ABOUT THIS TASK » For each line in the data that includes "sketch", make a copy.

AVAILABLE DATA »
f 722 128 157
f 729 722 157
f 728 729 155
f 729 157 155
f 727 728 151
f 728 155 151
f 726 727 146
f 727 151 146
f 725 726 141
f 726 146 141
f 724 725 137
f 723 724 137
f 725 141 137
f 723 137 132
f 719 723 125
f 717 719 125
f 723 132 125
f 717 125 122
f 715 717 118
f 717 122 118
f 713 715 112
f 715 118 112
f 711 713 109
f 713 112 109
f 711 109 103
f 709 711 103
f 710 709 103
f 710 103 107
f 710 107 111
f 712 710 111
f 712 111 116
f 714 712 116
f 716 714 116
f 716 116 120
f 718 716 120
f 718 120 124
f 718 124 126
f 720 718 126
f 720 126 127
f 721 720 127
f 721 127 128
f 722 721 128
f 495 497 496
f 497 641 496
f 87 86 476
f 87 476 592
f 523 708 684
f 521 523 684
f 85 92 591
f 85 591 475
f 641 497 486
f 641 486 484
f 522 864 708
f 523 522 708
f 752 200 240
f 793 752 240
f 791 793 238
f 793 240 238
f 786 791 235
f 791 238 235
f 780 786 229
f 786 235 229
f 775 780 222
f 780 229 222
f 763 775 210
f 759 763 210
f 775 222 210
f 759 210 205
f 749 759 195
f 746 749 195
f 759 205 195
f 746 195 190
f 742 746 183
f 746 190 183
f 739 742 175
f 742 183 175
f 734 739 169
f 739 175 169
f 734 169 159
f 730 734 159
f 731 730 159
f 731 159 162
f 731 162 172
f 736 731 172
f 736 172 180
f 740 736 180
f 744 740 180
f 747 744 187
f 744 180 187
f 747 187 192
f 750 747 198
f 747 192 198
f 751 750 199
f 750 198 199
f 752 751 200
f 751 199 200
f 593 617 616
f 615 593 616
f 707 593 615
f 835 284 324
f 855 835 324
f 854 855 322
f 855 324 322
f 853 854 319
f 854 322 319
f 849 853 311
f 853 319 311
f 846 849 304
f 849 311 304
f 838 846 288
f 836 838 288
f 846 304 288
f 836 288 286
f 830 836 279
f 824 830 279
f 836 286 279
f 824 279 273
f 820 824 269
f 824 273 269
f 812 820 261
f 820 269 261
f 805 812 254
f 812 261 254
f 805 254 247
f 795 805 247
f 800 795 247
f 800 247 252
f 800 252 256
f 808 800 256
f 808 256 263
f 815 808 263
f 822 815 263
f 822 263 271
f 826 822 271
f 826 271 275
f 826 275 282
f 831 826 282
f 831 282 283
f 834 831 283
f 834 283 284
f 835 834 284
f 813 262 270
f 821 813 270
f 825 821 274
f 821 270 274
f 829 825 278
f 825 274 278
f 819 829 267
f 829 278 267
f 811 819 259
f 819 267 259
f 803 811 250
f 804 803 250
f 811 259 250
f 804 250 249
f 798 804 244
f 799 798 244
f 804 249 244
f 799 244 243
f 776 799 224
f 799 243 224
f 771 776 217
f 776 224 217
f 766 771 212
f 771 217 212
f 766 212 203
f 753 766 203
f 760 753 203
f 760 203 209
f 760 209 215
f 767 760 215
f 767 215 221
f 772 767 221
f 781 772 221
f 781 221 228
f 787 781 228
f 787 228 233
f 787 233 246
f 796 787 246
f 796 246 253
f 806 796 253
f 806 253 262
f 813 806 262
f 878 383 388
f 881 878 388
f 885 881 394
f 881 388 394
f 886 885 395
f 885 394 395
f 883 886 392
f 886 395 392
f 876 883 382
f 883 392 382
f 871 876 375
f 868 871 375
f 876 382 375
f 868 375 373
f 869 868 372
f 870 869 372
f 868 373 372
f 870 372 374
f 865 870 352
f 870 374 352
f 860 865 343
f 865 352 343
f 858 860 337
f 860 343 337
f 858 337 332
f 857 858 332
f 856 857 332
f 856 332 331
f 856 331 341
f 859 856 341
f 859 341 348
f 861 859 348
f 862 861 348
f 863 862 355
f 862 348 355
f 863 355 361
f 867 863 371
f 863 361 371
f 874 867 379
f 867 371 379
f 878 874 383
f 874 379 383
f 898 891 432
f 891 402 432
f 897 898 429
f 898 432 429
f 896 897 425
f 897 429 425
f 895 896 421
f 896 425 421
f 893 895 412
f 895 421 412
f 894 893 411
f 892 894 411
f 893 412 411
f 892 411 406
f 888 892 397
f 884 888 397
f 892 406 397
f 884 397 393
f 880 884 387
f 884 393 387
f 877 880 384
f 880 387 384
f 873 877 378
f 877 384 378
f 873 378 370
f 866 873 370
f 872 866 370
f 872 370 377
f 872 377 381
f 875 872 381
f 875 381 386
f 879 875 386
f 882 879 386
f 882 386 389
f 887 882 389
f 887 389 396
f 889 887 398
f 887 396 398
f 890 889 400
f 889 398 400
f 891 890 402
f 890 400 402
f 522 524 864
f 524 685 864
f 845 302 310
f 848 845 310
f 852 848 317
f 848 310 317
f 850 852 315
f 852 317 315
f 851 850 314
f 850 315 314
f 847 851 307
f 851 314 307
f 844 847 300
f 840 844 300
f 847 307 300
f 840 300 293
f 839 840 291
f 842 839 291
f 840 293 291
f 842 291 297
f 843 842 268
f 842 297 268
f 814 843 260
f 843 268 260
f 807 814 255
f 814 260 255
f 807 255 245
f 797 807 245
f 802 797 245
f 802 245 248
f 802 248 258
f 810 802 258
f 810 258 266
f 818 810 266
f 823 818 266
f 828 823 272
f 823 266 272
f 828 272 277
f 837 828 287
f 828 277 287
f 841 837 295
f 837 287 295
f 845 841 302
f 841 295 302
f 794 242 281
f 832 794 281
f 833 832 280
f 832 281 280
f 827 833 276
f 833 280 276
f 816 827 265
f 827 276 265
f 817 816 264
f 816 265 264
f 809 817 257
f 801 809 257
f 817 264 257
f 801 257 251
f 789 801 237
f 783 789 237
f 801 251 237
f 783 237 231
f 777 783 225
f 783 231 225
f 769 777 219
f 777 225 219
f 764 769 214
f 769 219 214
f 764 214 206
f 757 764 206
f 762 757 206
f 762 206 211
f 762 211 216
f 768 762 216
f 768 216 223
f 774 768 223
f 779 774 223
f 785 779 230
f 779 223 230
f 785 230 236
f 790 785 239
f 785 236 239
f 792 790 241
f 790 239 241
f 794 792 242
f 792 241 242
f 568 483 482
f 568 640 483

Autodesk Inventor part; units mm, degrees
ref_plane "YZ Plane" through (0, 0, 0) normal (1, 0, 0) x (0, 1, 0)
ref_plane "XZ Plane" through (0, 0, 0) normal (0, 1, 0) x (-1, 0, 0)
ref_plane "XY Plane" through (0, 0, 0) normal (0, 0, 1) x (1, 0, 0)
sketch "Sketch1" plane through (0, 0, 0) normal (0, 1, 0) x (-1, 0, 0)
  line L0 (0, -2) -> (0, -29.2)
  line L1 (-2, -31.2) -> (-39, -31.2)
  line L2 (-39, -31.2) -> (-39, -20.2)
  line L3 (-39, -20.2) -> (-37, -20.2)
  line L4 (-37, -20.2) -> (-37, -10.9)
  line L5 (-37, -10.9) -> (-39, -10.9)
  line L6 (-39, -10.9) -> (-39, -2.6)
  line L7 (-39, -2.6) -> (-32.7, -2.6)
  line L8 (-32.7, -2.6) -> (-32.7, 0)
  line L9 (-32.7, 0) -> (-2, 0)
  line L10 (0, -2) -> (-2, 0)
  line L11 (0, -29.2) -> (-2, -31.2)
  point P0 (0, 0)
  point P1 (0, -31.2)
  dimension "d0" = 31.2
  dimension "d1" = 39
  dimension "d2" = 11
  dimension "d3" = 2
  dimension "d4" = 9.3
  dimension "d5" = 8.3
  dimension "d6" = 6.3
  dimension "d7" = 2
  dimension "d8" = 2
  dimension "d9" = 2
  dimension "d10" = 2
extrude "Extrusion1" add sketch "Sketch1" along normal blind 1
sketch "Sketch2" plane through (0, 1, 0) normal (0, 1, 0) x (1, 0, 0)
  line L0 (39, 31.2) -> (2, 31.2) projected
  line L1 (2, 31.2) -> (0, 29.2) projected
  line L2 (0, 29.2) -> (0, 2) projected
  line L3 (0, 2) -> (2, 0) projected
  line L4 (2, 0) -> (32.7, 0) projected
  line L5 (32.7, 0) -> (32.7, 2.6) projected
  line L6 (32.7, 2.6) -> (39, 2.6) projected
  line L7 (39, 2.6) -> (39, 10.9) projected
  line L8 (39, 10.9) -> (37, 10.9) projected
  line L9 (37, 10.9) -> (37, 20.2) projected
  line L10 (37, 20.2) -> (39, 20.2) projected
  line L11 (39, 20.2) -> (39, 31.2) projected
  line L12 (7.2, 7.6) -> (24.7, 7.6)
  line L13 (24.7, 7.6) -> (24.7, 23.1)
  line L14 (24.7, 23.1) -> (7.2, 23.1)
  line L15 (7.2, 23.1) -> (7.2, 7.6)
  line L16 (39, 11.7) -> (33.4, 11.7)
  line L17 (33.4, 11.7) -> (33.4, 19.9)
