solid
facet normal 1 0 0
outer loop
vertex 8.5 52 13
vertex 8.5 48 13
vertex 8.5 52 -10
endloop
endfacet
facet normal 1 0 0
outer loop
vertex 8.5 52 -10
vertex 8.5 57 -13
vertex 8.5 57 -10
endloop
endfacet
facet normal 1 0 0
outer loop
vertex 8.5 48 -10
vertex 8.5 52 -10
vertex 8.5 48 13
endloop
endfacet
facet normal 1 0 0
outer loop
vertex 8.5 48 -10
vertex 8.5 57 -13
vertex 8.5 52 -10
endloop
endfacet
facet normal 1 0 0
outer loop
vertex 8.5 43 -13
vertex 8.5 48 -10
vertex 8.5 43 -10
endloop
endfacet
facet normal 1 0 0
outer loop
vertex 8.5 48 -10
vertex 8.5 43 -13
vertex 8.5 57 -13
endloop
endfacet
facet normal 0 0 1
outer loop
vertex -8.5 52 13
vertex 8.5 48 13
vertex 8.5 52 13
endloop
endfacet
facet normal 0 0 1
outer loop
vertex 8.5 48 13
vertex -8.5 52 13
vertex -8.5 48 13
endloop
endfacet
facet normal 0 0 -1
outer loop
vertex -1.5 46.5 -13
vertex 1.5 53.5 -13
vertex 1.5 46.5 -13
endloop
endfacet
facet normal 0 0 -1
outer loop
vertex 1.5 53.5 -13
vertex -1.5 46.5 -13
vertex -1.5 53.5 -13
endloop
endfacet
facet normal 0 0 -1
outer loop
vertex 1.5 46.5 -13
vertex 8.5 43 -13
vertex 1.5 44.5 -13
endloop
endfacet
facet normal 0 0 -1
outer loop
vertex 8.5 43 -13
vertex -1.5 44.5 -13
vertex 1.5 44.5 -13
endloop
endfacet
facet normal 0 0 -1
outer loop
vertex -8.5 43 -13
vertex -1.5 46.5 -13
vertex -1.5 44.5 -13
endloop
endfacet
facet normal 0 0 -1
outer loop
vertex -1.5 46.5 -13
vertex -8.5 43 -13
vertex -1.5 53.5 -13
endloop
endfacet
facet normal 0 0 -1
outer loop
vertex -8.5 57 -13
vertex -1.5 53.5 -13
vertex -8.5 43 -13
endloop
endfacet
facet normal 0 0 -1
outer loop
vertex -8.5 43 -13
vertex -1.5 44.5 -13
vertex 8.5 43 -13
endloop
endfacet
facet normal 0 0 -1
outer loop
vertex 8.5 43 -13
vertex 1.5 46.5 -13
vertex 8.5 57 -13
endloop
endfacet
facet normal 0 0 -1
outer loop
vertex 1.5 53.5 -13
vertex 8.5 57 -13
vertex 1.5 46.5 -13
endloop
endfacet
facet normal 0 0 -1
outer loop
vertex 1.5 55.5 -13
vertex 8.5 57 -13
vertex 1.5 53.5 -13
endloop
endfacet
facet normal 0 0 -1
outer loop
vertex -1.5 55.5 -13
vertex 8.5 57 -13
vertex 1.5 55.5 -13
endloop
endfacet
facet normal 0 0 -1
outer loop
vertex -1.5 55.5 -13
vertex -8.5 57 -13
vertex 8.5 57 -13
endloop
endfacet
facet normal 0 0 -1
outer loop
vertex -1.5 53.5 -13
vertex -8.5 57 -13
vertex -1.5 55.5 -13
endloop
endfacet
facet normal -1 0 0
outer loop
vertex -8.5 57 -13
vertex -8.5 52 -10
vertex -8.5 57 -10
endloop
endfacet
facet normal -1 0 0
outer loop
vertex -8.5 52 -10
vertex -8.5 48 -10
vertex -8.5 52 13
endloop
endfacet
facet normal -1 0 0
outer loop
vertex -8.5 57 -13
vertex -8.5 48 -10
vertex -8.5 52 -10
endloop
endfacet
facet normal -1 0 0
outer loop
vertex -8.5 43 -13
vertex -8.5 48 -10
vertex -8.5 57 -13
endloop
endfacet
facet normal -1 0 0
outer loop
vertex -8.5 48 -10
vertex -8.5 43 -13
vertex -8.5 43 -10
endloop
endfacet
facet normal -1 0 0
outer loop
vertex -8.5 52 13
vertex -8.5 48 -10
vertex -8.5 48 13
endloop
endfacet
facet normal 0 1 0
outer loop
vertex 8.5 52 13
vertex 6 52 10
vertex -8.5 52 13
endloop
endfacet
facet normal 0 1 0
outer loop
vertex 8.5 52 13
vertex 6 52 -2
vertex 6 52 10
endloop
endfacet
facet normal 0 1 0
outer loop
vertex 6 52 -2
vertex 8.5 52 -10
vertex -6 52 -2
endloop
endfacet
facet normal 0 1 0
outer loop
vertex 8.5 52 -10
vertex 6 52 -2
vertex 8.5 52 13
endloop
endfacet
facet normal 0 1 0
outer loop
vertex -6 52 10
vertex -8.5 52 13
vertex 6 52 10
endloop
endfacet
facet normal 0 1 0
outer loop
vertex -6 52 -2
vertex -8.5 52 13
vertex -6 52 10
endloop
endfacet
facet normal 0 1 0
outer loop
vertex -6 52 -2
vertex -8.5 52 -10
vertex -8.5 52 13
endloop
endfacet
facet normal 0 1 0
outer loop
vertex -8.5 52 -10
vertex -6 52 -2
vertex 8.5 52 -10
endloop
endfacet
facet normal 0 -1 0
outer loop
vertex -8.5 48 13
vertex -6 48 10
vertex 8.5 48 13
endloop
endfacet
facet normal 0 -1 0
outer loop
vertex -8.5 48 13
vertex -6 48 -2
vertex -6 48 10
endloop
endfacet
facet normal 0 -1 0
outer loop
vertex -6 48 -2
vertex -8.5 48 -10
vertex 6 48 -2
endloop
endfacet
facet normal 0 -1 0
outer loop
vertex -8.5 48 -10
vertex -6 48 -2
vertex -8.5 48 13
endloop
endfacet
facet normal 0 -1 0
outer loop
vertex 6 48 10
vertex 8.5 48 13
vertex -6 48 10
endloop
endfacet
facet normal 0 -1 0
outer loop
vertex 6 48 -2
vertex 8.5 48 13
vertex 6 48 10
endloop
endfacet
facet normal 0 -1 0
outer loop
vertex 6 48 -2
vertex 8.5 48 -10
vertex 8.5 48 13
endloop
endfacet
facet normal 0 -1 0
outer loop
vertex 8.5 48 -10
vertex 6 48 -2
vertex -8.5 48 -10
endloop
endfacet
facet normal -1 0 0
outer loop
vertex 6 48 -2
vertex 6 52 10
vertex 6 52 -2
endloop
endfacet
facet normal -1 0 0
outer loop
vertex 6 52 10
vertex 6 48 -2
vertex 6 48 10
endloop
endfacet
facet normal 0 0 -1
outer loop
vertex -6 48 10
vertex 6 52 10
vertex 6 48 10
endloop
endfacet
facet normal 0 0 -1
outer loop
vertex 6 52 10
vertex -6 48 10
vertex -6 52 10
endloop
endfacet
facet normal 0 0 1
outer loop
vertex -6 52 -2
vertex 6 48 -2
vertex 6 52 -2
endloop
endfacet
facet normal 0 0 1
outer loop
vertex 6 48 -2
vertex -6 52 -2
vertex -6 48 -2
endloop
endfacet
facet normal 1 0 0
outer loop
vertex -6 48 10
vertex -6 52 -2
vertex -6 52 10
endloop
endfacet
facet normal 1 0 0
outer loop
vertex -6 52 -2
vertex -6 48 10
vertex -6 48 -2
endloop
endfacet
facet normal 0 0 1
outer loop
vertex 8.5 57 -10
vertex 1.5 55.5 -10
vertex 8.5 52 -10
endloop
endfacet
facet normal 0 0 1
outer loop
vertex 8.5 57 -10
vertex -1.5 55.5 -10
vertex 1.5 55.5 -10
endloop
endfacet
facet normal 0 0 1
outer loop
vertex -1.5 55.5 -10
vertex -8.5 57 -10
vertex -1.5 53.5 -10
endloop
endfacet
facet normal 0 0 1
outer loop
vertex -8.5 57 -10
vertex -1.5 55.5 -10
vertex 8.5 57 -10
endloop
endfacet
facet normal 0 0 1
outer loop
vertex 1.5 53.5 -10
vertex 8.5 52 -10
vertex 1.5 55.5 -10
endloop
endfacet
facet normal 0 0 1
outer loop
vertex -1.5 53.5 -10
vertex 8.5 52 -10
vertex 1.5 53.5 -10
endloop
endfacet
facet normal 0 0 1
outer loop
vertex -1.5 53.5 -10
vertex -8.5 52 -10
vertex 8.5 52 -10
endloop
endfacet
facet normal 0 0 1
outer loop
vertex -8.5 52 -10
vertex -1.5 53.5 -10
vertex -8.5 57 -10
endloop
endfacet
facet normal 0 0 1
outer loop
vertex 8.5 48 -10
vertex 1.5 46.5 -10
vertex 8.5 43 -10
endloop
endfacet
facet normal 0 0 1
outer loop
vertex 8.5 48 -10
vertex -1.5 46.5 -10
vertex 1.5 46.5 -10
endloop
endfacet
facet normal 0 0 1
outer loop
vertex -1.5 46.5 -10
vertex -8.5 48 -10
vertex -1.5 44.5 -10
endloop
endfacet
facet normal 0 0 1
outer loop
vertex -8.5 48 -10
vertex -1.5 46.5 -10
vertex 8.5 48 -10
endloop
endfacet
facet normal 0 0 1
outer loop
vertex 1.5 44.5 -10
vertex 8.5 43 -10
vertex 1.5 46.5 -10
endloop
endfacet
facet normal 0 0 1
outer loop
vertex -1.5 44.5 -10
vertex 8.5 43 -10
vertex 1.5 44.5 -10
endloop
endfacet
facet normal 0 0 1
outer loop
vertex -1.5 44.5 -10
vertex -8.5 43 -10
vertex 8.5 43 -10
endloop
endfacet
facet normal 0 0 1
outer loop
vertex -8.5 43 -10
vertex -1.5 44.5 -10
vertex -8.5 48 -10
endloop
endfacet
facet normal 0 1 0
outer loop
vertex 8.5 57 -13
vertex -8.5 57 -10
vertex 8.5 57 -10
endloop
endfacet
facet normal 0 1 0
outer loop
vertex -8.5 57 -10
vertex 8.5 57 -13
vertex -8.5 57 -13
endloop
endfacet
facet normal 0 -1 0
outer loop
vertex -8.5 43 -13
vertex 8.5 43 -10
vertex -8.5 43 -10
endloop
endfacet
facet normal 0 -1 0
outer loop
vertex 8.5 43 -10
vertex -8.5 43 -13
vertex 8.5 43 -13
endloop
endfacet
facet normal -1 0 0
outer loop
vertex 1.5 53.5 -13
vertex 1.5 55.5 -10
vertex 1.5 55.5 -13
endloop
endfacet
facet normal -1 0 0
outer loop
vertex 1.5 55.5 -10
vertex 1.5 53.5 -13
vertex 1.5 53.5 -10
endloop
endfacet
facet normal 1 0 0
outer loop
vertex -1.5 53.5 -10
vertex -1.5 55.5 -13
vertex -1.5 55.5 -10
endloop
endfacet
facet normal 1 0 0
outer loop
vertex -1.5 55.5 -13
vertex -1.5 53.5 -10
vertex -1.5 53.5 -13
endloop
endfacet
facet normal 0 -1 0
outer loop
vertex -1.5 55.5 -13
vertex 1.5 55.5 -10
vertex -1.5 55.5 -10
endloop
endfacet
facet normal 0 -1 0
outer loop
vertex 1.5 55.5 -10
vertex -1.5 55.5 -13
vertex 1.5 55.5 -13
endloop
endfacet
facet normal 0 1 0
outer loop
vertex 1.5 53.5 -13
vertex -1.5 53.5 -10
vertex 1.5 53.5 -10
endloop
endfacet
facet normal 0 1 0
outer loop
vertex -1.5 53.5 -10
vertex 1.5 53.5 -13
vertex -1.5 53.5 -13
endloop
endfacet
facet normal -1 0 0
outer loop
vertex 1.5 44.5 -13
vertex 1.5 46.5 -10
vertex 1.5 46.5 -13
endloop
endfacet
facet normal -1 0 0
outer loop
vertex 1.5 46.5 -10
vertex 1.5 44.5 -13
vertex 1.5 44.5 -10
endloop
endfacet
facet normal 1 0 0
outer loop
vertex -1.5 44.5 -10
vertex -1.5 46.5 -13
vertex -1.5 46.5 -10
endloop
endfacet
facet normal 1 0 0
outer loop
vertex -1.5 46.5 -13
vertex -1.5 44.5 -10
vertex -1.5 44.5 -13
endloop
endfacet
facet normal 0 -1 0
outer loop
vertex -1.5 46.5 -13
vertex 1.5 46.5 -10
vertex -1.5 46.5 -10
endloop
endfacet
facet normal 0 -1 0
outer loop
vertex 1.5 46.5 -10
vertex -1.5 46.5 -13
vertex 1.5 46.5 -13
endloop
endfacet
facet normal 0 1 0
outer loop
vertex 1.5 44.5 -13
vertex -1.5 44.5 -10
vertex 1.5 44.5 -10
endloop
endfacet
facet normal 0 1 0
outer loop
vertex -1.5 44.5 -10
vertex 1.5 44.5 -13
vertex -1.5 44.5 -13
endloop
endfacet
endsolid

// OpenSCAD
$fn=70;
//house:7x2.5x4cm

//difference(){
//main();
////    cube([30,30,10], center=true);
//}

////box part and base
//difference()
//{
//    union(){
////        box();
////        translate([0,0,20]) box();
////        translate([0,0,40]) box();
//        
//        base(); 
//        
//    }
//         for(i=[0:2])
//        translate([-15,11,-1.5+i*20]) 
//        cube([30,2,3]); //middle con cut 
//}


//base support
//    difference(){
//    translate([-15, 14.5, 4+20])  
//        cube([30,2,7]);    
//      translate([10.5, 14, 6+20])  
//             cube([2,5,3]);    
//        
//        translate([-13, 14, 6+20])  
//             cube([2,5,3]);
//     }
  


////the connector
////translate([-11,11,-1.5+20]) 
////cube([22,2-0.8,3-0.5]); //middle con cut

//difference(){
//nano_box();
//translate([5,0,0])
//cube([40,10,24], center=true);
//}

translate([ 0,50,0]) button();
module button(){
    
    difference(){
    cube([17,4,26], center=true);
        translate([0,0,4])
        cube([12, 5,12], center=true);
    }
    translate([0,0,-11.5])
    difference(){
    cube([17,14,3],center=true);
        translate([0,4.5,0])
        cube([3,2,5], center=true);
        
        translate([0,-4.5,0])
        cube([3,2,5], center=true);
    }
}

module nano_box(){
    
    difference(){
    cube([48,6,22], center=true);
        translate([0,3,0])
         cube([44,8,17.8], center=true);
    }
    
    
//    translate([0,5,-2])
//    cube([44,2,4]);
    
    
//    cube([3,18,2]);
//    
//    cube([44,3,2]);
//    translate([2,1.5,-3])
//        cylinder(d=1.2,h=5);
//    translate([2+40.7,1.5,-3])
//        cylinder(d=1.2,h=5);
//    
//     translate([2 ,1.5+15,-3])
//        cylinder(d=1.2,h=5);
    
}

EXERCISE RESPONSE »
sketch "Sketch1" plane through (0, 0, 0) normal (0, 1, 0) x (-1, 0, 0)
extrude "Extrusion1" add sketch "Sketch1" along normal blind 1
sketch "Sketch2" plane through (0, 1, 0) normal (0, 1, 0) x (1, 0, 0)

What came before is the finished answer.